Stat: Gilead Accused Of 'Unethical' Policy For An HIV Prevention Drug
Atrio of AIDS advocacy groups is accusing Gilead Sciences (GILD) of drastically limiting a key component of an AIDS prevention treatment in an “unethical” manner that may violate federal guidelines. At issue is a Gilead drug called Truvada, which is combined with one of two other medicines to form nPEP, or non-occupational post-exposure prophylaxis, the term used to describe preventive treatment. Observational studies suggest the combination can reduce the risk of acquiring HIV infection when started within 72 hours of exposure and continued for a month. (Silverman, 1/26)

The New York Times: This Flu Season Is The Worst In Nearly A Decade
This year’s flu season is now more intense than any since the 2009 swine flu pandemic and still getting worse, federal health officials said on Friday. Nationally, the number of people falling ill with flu is increasing. More worrying, the hospitalization rate — a predictor of the death rate — has just jumped. It is now on track to equal or surpass that of the 2014-2015 flu season. In that year, the Centers for Disease Control and Prevention estimates, 34 million Americans got the flu, 710,000 were hospitalized and about 56,000 died. (McNeil, 1/26)

The Associated Press: Flu Widespread Across US For Third Straight Week
Sick with the flu? You’ve got a lot of company. The flu blanketed the U.S. again last week for the third straight week. Only Hawaii has been spared. The government doesn’t track every flu case but comes up with estimates. One measure is how many people seek medical care.Last week, 1 in 15 doctor visits were for symptoms of the flu. That’s the highest level since the swine flu pandemic in 2009. (Stobbe, 1/26)

The Hill: CDC: This Flu Season Worst Since 2009 Swine Flu Pandemic 
What's more, flu activity has stayed at the same level nationwide for about three weeks, said Dr. Dan Jernigan, the director of the CDC’s Influenza Division. That sets it apart from many flu seasons, in which activity wanes in certain parts of the U.S. "We often see different parts of the country 'light up' at different times, but for the past 3 weeks, the entire country has been experiencing lots of flu, all at the same time," he said. (Greenwood, 1/27)

The Washington Post: This Flu Season Is On Track To Be The Worst In Nearly A Decade
The toll on children has been especially severe. CDC officials said the pediatric death count is likely to approach, if not exceed, the 148 deaths reported during the especially severe flu season of 2014 and 2015. That season ended with 56,000 flu-related deaths, 710,000 people hospitalized and 16 million who sought care from a clinician or hospital. This year’s intensity has been driven by a particularly nasty strain of the virus known as H3N2. Another strain has also begun showing up, hitting baby boomers especially hard, CDC officials said Friday, although experts have not figured out exactly why. (Sun and Wan, 1/26)

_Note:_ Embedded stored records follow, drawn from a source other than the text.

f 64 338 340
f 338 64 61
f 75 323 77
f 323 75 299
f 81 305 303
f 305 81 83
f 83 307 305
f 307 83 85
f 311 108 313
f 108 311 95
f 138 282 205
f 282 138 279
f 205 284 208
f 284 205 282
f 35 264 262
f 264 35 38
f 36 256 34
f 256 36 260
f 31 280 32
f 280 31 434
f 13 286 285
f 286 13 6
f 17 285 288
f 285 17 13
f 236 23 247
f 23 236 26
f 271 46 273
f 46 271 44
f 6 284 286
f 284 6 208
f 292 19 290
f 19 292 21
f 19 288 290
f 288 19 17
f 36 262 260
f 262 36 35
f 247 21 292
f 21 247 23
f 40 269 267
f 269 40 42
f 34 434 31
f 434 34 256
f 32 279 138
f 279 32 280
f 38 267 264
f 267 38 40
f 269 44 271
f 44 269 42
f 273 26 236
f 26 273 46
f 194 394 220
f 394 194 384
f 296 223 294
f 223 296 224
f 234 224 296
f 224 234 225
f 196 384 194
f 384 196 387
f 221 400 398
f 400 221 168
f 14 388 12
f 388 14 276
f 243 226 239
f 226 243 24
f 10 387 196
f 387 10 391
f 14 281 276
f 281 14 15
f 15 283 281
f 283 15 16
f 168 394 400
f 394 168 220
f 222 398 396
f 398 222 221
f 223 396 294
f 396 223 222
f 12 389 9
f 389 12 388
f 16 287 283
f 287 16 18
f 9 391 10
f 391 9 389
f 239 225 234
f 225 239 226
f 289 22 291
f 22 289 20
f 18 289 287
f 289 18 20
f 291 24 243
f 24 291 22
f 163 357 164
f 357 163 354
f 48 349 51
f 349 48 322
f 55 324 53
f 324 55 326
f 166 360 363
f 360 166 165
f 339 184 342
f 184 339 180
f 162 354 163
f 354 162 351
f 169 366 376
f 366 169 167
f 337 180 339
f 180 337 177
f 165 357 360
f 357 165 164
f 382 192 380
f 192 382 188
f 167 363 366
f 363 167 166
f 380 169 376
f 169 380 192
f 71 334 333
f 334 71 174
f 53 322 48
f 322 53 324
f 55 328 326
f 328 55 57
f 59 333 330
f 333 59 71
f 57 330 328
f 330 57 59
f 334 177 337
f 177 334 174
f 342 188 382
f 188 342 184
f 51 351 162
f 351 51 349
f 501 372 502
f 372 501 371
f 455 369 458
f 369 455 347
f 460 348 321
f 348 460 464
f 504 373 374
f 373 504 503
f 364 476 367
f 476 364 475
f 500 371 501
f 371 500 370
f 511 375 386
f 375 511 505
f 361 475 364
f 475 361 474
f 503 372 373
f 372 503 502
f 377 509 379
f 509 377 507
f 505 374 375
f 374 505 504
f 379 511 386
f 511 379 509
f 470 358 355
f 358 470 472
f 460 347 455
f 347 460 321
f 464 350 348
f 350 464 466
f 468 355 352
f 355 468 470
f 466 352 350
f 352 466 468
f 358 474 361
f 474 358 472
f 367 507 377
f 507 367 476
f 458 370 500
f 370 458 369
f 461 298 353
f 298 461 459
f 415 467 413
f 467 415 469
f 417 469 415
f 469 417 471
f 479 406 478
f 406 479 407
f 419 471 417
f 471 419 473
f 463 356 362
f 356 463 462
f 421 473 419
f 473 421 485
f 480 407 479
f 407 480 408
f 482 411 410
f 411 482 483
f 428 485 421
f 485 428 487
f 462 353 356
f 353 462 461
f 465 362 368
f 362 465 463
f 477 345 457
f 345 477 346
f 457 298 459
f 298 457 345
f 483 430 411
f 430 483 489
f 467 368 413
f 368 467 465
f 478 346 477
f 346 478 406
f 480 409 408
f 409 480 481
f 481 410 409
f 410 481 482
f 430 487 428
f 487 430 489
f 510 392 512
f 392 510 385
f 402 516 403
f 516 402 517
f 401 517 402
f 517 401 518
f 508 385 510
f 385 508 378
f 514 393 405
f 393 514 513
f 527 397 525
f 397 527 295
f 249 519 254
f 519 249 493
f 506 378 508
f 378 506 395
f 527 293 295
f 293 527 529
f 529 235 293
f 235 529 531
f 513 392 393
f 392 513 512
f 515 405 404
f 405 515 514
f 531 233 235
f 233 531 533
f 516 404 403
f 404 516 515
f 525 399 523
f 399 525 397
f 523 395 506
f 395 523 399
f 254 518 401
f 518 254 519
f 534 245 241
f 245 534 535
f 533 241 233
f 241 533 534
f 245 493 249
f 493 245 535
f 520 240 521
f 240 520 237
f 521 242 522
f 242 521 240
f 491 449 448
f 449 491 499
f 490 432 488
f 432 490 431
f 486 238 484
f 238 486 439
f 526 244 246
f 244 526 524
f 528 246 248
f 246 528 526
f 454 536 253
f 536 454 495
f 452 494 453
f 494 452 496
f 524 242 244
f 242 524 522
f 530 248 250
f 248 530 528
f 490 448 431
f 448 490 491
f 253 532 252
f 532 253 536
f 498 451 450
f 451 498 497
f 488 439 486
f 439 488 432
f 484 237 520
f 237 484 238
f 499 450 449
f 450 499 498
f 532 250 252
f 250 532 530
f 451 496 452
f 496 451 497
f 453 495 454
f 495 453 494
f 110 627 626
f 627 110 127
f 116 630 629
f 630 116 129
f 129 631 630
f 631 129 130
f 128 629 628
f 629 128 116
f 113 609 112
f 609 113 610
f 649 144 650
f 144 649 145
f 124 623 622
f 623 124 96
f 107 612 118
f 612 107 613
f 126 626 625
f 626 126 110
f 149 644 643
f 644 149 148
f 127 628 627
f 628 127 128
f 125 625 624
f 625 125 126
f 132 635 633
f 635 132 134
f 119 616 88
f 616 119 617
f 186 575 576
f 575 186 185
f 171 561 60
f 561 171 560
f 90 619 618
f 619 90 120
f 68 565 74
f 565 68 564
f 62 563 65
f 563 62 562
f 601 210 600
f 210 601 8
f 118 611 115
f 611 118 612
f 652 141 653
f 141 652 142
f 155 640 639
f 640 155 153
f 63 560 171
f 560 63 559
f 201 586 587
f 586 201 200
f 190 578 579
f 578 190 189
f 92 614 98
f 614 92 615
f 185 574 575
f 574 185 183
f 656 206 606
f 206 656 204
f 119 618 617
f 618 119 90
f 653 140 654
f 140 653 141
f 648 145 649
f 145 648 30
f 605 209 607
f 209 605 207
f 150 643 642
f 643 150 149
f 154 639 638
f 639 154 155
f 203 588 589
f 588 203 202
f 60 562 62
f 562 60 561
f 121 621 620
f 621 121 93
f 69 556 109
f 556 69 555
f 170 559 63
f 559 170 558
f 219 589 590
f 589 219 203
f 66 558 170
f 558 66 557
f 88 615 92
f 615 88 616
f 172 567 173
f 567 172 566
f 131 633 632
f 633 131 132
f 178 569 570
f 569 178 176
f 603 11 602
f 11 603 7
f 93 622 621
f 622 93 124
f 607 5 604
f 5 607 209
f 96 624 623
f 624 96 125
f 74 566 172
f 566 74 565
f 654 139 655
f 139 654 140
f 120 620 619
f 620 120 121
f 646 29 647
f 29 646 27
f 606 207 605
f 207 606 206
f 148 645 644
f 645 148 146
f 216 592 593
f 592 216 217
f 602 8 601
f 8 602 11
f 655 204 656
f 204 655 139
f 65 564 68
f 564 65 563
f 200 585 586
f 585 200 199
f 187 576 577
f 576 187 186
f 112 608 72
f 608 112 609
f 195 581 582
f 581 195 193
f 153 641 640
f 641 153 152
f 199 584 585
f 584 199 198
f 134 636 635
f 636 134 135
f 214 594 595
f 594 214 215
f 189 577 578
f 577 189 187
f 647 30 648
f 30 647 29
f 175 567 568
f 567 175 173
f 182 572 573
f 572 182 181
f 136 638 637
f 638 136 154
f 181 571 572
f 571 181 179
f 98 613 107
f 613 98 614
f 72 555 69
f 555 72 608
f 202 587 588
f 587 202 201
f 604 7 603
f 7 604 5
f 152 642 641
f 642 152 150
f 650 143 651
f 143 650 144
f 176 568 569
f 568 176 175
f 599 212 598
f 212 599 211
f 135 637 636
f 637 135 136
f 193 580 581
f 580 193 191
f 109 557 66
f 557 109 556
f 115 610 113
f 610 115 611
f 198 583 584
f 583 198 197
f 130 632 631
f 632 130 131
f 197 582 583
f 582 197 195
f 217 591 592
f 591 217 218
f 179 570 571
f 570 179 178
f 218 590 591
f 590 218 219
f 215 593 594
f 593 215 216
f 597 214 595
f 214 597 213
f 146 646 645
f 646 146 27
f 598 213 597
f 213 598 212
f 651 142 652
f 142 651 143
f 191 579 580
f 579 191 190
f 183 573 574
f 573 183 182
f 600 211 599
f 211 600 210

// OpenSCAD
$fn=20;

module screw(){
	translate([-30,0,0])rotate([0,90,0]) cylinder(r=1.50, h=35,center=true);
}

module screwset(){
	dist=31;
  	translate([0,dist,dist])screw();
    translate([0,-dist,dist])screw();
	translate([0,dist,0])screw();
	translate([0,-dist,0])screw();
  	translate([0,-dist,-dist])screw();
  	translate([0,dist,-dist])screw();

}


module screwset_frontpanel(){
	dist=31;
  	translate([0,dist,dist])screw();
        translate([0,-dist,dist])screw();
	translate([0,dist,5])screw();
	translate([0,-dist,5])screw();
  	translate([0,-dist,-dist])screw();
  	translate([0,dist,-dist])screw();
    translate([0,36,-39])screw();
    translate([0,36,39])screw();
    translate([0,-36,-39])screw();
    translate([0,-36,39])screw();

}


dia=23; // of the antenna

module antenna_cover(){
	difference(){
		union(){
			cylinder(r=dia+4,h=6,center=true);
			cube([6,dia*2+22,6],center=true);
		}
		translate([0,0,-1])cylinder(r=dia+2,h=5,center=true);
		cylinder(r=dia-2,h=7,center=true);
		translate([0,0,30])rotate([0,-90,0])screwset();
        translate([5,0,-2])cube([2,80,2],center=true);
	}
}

NPR: Severe Flu Season May Be Only Halfway Over
After an early start, the country is about nine weeks into this nasty flu season and could be only about halfway through, Jernigan says. As a result, the percentage of people seeking medical treatment for the flu and the rates at which they are ending up in the hospital and dying are still rising. The flu is hitting the 65-and-over age group hardest, but the next-hardest hit is the 50-to-64 age group. Usually, children are the second-hardest hit. (Grayson and Stein, 1/26)

NPR: Vaccination Reminders Boost Immunization Rates
Marian Smith somehow missed getting a flu shot this year, which is unlike her — in the past, she always got one. The 58-year-old Washington D.C. resident says it was easier to remember to get it when the vaccine was provided at a clinic at work. But now the clinic is a bus ride away, and getting the shot wasn't at the top of her mind. (Neighmond, 1/29)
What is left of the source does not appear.